# Math Help - Card game probabilities help needed

1. ## Card game probabilities help needed

Hey, me and my friend have been thinking about designing a program which works out the probabilities of a simple card game, however it is harder than we anticipated.

This card game works by randomly giving each of the 4 players 13 cards. The first player then has to put down an Ace, the second player a two and so on until a player has managed to loose all their cards and wins. A player may put more than one card of that number down. Since this is not possible players must lie about what cards they are placing on the table and the other players must work out if that player was lying or not. If they were lying they have to pick up the pile of cards on the table, if they weren’t the player who said they were lying has to.

The objective of our program is to predict the chance of a player having certain cards or to produce a probability of the chance that they are lying or not.

Anyway, this turns out to be very difficult and we are stuck on some of the basics of card game probabilities...

For example if we have 4 cards and 4 players where random amounts of the cards are given out to random players.
The chance of a player getting one card is 1/4 however since we have 4 cards it is (1/4)*4 = 1. But since this is random it cannot be a certain chance that every player will get 1 card.

Furthermore, we simply cannot seem to be able to work out a reasonable answer to the probability of a hand of 13 to get a pair of matching cards or a triplet of matching cards when through the practical test we usually have 2 pairs and around 0.4 triplet pairs.

Could anyone please shed some light onto this topic?

Thank you

2. Hello jamescockayne

Welcome to Math Help Forum!

Let me answer two of your specific questions, as I understand them.

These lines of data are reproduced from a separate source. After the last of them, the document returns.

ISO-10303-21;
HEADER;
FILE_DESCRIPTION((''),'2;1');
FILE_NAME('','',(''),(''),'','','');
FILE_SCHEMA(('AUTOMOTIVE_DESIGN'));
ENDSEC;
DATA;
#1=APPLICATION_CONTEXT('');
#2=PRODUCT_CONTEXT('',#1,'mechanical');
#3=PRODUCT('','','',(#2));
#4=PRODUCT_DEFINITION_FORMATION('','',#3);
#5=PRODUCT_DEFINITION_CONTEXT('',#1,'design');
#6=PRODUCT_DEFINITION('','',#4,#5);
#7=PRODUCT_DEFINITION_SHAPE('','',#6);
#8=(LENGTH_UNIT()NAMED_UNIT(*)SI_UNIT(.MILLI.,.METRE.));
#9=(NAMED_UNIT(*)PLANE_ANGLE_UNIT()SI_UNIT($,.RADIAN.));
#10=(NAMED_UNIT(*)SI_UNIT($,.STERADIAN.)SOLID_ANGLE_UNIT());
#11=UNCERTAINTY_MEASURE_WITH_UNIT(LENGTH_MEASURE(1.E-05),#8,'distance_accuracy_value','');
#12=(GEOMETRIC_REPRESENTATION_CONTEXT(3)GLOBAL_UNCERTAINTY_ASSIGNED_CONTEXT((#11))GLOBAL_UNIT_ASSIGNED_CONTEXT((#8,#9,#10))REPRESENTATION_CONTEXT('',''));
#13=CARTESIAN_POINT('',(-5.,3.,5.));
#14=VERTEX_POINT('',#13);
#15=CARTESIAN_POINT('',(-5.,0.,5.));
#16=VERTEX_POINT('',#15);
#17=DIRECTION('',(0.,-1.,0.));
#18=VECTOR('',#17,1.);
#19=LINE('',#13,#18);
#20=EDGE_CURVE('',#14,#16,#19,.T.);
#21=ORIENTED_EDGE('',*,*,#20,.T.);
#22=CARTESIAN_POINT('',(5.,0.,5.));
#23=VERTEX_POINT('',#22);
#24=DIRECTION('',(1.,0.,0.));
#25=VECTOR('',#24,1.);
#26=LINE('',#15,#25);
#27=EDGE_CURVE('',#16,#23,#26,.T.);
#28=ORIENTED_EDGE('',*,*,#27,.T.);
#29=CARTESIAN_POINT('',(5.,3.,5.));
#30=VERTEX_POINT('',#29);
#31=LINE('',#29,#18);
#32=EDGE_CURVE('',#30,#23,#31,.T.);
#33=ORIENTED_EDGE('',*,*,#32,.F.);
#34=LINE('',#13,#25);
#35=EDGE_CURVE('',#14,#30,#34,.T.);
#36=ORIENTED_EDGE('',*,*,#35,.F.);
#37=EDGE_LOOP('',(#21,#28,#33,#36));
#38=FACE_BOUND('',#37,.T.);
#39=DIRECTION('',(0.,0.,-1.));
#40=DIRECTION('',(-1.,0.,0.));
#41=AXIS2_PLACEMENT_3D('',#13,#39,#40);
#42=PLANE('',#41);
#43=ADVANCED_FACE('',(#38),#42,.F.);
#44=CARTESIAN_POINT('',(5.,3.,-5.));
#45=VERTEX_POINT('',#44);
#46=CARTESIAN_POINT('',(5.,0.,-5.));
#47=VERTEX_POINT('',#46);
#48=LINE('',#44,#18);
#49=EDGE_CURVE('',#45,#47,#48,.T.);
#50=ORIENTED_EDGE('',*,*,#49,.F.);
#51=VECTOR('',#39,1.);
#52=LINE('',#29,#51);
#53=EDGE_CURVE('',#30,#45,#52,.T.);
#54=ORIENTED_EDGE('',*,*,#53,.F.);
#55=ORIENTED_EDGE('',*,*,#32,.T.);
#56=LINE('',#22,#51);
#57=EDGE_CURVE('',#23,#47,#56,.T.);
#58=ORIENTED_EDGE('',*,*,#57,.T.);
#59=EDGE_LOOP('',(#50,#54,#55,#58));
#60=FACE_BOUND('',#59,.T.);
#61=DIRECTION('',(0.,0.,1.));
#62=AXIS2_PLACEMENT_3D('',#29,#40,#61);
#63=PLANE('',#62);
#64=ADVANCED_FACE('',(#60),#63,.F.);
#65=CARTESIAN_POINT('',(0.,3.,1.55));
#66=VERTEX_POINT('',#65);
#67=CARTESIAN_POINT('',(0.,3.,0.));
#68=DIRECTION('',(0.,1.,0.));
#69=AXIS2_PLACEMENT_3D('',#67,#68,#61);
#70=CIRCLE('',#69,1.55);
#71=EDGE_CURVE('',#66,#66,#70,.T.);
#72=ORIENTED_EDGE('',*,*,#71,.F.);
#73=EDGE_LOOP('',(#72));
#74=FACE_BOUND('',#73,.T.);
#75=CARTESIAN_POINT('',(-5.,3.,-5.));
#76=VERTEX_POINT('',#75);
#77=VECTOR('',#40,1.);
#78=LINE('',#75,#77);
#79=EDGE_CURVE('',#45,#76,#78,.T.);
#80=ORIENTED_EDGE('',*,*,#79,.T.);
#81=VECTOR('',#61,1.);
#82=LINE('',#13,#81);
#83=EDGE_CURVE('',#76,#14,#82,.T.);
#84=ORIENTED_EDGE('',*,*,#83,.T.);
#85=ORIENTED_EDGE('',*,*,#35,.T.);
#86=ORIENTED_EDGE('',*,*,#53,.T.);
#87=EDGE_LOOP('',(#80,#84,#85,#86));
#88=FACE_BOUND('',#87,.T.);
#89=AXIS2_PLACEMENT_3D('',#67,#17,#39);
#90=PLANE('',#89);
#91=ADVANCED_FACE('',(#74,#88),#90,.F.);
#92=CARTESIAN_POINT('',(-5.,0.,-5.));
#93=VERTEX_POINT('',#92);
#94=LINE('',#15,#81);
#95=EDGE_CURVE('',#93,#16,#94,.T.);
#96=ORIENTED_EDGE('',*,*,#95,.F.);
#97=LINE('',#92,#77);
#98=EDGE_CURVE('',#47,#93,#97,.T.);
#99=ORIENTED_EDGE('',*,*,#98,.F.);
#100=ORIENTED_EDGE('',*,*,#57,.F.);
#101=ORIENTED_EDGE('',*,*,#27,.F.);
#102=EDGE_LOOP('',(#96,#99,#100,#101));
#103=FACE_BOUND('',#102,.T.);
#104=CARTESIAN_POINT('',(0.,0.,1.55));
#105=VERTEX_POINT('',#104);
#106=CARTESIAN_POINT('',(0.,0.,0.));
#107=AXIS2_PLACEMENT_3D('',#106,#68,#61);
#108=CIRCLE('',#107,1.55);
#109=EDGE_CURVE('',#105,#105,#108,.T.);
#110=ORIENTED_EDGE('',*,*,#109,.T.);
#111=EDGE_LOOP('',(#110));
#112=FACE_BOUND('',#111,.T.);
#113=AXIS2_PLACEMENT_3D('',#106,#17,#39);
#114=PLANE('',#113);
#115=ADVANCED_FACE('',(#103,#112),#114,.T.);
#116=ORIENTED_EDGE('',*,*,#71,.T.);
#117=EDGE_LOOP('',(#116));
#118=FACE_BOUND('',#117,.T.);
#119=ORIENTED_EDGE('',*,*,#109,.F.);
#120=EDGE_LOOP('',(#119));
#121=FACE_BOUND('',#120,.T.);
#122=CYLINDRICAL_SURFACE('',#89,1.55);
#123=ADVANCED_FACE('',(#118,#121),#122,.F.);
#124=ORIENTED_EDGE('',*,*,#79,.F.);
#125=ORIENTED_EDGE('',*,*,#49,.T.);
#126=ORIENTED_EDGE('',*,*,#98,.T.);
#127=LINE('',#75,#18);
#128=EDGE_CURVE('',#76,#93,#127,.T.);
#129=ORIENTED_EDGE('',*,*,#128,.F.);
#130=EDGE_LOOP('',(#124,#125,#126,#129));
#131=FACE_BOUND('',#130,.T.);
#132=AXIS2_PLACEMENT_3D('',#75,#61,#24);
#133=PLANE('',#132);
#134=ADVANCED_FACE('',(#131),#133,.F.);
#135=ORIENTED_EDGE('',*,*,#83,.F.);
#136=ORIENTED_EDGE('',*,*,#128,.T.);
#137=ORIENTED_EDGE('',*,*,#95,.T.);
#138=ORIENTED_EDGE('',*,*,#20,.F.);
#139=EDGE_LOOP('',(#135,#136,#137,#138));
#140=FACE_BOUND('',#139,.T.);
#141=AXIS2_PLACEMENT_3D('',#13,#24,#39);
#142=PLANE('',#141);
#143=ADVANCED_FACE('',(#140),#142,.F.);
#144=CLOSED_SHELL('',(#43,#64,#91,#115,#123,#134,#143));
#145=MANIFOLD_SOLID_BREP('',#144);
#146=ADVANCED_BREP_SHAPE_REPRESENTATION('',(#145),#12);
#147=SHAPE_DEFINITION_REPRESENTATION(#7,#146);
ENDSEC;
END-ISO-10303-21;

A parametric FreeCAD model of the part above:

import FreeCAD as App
import Part
import Sketcher
Q = App.Units.Quantity

doc = App.newDocument("Part")
body = doc.addObject("PartDesign::Body", "Body")

# Sketch on XZ plane
sketch1 = body.newObject("Sketcher::SketchObject", "Sketch")
sketch1.AttachmentSupport = (doc.getObject("XZ_Plane"), [""])
sketch1.MapMode = "FlatFace"
sketch1.addGeometry(Part.LineSegment(App.Vector(-5, -5, 0), App.Vector(-5, 5, 0)), False)
sketch1.addGeometry(Part.LineSegment(App.Vector(-5, 5, 0), App.Vector(5, 5, 0)), False)
sketch1.addGeometry(Part.LineSegment(App.Vector(5, 5, 0), App.Vector(5, -5, 0)), False)
sketch1.addGeometry(Part.LineSegment(App.Vector(5, -5, 0), App.Vector(-5, -5, 0)), False)
sketch1.addGeometry(Part.Circle(App.Vector(0, 0, 0), App.Vector(0, 0, 1), 1.6), False)
sketch1.addConstraint(Sketcher.Constraint("Coincident", 0, 2, 1, 1))
sketch1.addConstraint(Sketcher.Constraint("Coincident", 1, 2, 2, 1))
sketch1.addConstraint(Sketcher.Constraint("Coincident", 2, 2, 3, 1))
sketch1.addConstraint(Sketcher.Constraint("Coincident", 3, 2, 0, 1))
sketch1.addConstraint(Sketcher.Constraint("Vertical", 0))
sketch1.addConstraint(Sketcher.Constraint("Horizontal", 1))
sketch1.addConstraint(Sketcher.Constraint("Vertical", 2))
sketch1.addConstraint(Sketcher.Constraint("Horizontal", 3))
sketch1.addConstraint(Sketcher.Constraint("Coincident", 4, 3, -1, 1))
sketch1.addConstraint(Sketcher.Constraint("Symmetric", 0, 2, 2, 2, -1, 1))
sketch1.addConstraint(Sketcher.Constraint("Equal", 3, 0))
sketch1.addConstraint(Sketcher.Constraint("Diameter", 4, Q("3.1 mm")))
sketch1.addConstraint(Sketcher.Constraint("DistanceX", 1, 1, 1, 2, Q("10 mm")))
pad1 = body.newObject("PartDesign::Pad", "Pad")
pad1.Profile = sketch1
pad1.Length = 3
pad1.Reversed = True

doc.recompute()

I shall re-phrase them, but I hope I keep your original meaning.
Originally Posted by jamescockayne
...For example if we have 4 cards and 4 players where random amounts of the cards are given out to random players.
The chance of a player getting one card is 1/4 however since we have 4 cards it is (1/4)*4 = 1. But since this is random it cannot be a certain chance that every player will get 1 card.
The problem I think you're posing is this:
Four cards are given, one at a time, to a player chosen at random from the four players in the game. What is the probability that a particular player receives at least one card?
You work this out, by working out the probability that a particular player receives no cards at all, and subtracting the answer from 1. So:
When the first card is allocated, the probability that a particular player does not receive it is $\tfrac34$.

When the second card is allocated, the probability that this player does not receive it is also $\tfrac34$.

Therefore the probability that this player does not receive either of the first two cards is $(\tfrac34)^2 = \tfrac{9}{16}$.

Similarly with the third and fourth cards. So the probability that a particular player receives no cards at all is $(\tfrac34)^4 = \tfrac{81}{256}$.

Thus the probability that a particular player receives at least one card is $1- \tfrac{81}{256}= \tfrac{175}{256} \approx 0.6836$.
...Furthermore, we simply cannot seem to be able to work out a reasonable answer to the probability of a hand of 13 to get a pair of matching cards or a triplet of matching cards when through the practical test we usually have 2 pairs and around 0.4 triplet pairs.
I shall simplify this a little and answer the following question:
When a hand of 13 cards is dealt at random from a standard pack of 52, what is the probability that this hand contains at least two matching cards? (By two matching cards we mean, for example, two 5's.)
This is a simpler question than the one you asked, but this is complicated enough for now, as I think you'll appreciate.

We work this out using a similar technique to the first question: we find the probability that it doesn't happen - in other words, all 13 cards are different - and subtract this from 1. Like this:
It doesn't matter what the first card is. Of the remaining 51 cards, 3 will match and 48 won't. So the probability that the second card doesn't match the first is $\tfrac{48}{51}$.

In the same way, when the third cards is dealt, 44 cards won't match either of the first two, out of the remaining 50 cards. So the probability that this one is different from the first two is $\tfrac{44}{50}$.

Thus the probability that none of the first three cards match is:
$\frac{48}{51}\times\frac{44}{50}$
Continuing in the same way through all 13 cards, the probability that none of them match is:
$\frac{48.44.40.36.32.28.24.20.16.12.8.4}{51.50.49. 48.47.46.45.44.43.42.41.40}= \frac{4^{12}\times12!\times39!}{51!}\approx0.00010 6$
So the probability that you get at least two matching cards $\approx 1-0.000106=0.999894$.
You may be able to use a similar technique to work out further probabilities, but as you'll see, it ain't too easy!